Una bufera, sì. La tempesta di Palazzo d'Orleans. Anticipata dalle scuse di Crocetta per le esternazioni dell'assessore-musicista, in quella che passerà alla storia come la celebre polemica delle troie.  "Battiato ha fatto affermazioni gravi e inaccettabili". Così il presidente della Regione aveva inviato le scuse del governo siciliano per le affermazioni definite "certamente non istituzionali ed offensive", proprio di Franco Battiato, assessore regionale al Turismo, nei confronti dei parlamentari italiani.

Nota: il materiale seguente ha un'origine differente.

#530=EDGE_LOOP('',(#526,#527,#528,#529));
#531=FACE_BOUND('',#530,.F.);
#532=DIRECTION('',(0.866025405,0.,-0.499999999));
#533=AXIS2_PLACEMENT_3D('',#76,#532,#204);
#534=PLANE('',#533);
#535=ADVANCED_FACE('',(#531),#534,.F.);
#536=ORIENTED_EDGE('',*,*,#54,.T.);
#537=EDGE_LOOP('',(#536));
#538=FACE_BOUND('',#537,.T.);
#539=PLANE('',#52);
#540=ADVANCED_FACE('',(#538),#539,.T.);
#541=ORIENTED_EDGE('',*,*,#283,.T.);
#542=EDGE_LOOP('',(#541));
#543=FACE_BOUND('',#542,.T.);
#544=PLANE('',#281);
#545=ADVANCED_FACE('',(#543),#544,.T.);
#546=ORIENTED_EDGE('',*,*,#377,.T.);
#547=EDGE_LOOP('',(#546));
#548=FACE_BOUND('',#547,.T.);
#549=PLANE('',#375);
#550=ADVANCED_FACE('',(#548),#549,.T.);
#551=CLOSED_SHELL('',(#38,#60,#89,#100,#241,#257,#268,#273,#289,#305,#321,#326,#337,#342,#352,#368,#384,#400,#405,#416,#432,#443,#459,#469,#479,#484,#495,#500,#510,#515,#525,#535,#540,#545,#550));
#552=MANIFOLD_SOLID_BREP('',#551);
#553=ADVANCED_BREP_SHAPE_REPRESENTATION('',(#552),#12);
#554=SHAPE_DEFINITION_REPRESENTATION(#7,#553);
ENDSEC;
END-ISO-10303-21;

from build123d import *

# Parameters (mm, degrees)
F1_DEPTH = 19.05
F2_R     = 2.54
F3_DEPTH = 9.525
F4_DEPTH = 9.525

"Quando si sta nelle istituzioni, - aveva chiarito Crocetta - si rispetta la dignità delle istituzioni medesime e, nel caso di Battiato sicuramente si è andati ben oltre e si è violato il principio della sacralità delle stesse. Siamo orgogliosi di appartenere al popolo italiano e di avere un Parlamento, l'espressione della sovranità del popolo e della partecipazione dei cittadini alla vita democratica". "Quando si offende il Parlamento, si offende tutto il popolo italiano - continuava il governatore - e ciò non è consentito a nessun componente delle istituzioni. Mi dispiace veramente molto, sono addolorato. Il Parlamento in questo momento è rappresentato da figure come Laura Boldrini e Piero Grasso, impegnati nel profondo per rinnovare il Paese e all'interno del Parlamento ci sono uomini e donne che cercano di trovare una soluzione in una fase drammatica della vita economica, politica e sociale".

Battiato, nel suo intervento al Parlamento europeo in veste di assessore al Turismo, parlando della compagine politica italiana aveva detto: "Queste troie che si trovano in Parlamento farebbero qualsiasi cosa. E' una cosa inaccettabile, sarebbe meglio che aprissero un casino". Poi aveva spiegato che le sue dichiarazioni non si riferivano all'attualità.

Insomma, che Battiato fosse a rischio si sapeva. Il presidente ha deciso di silurare anche Zichichi, altro assessore scomodo. Due piccioni con una fava.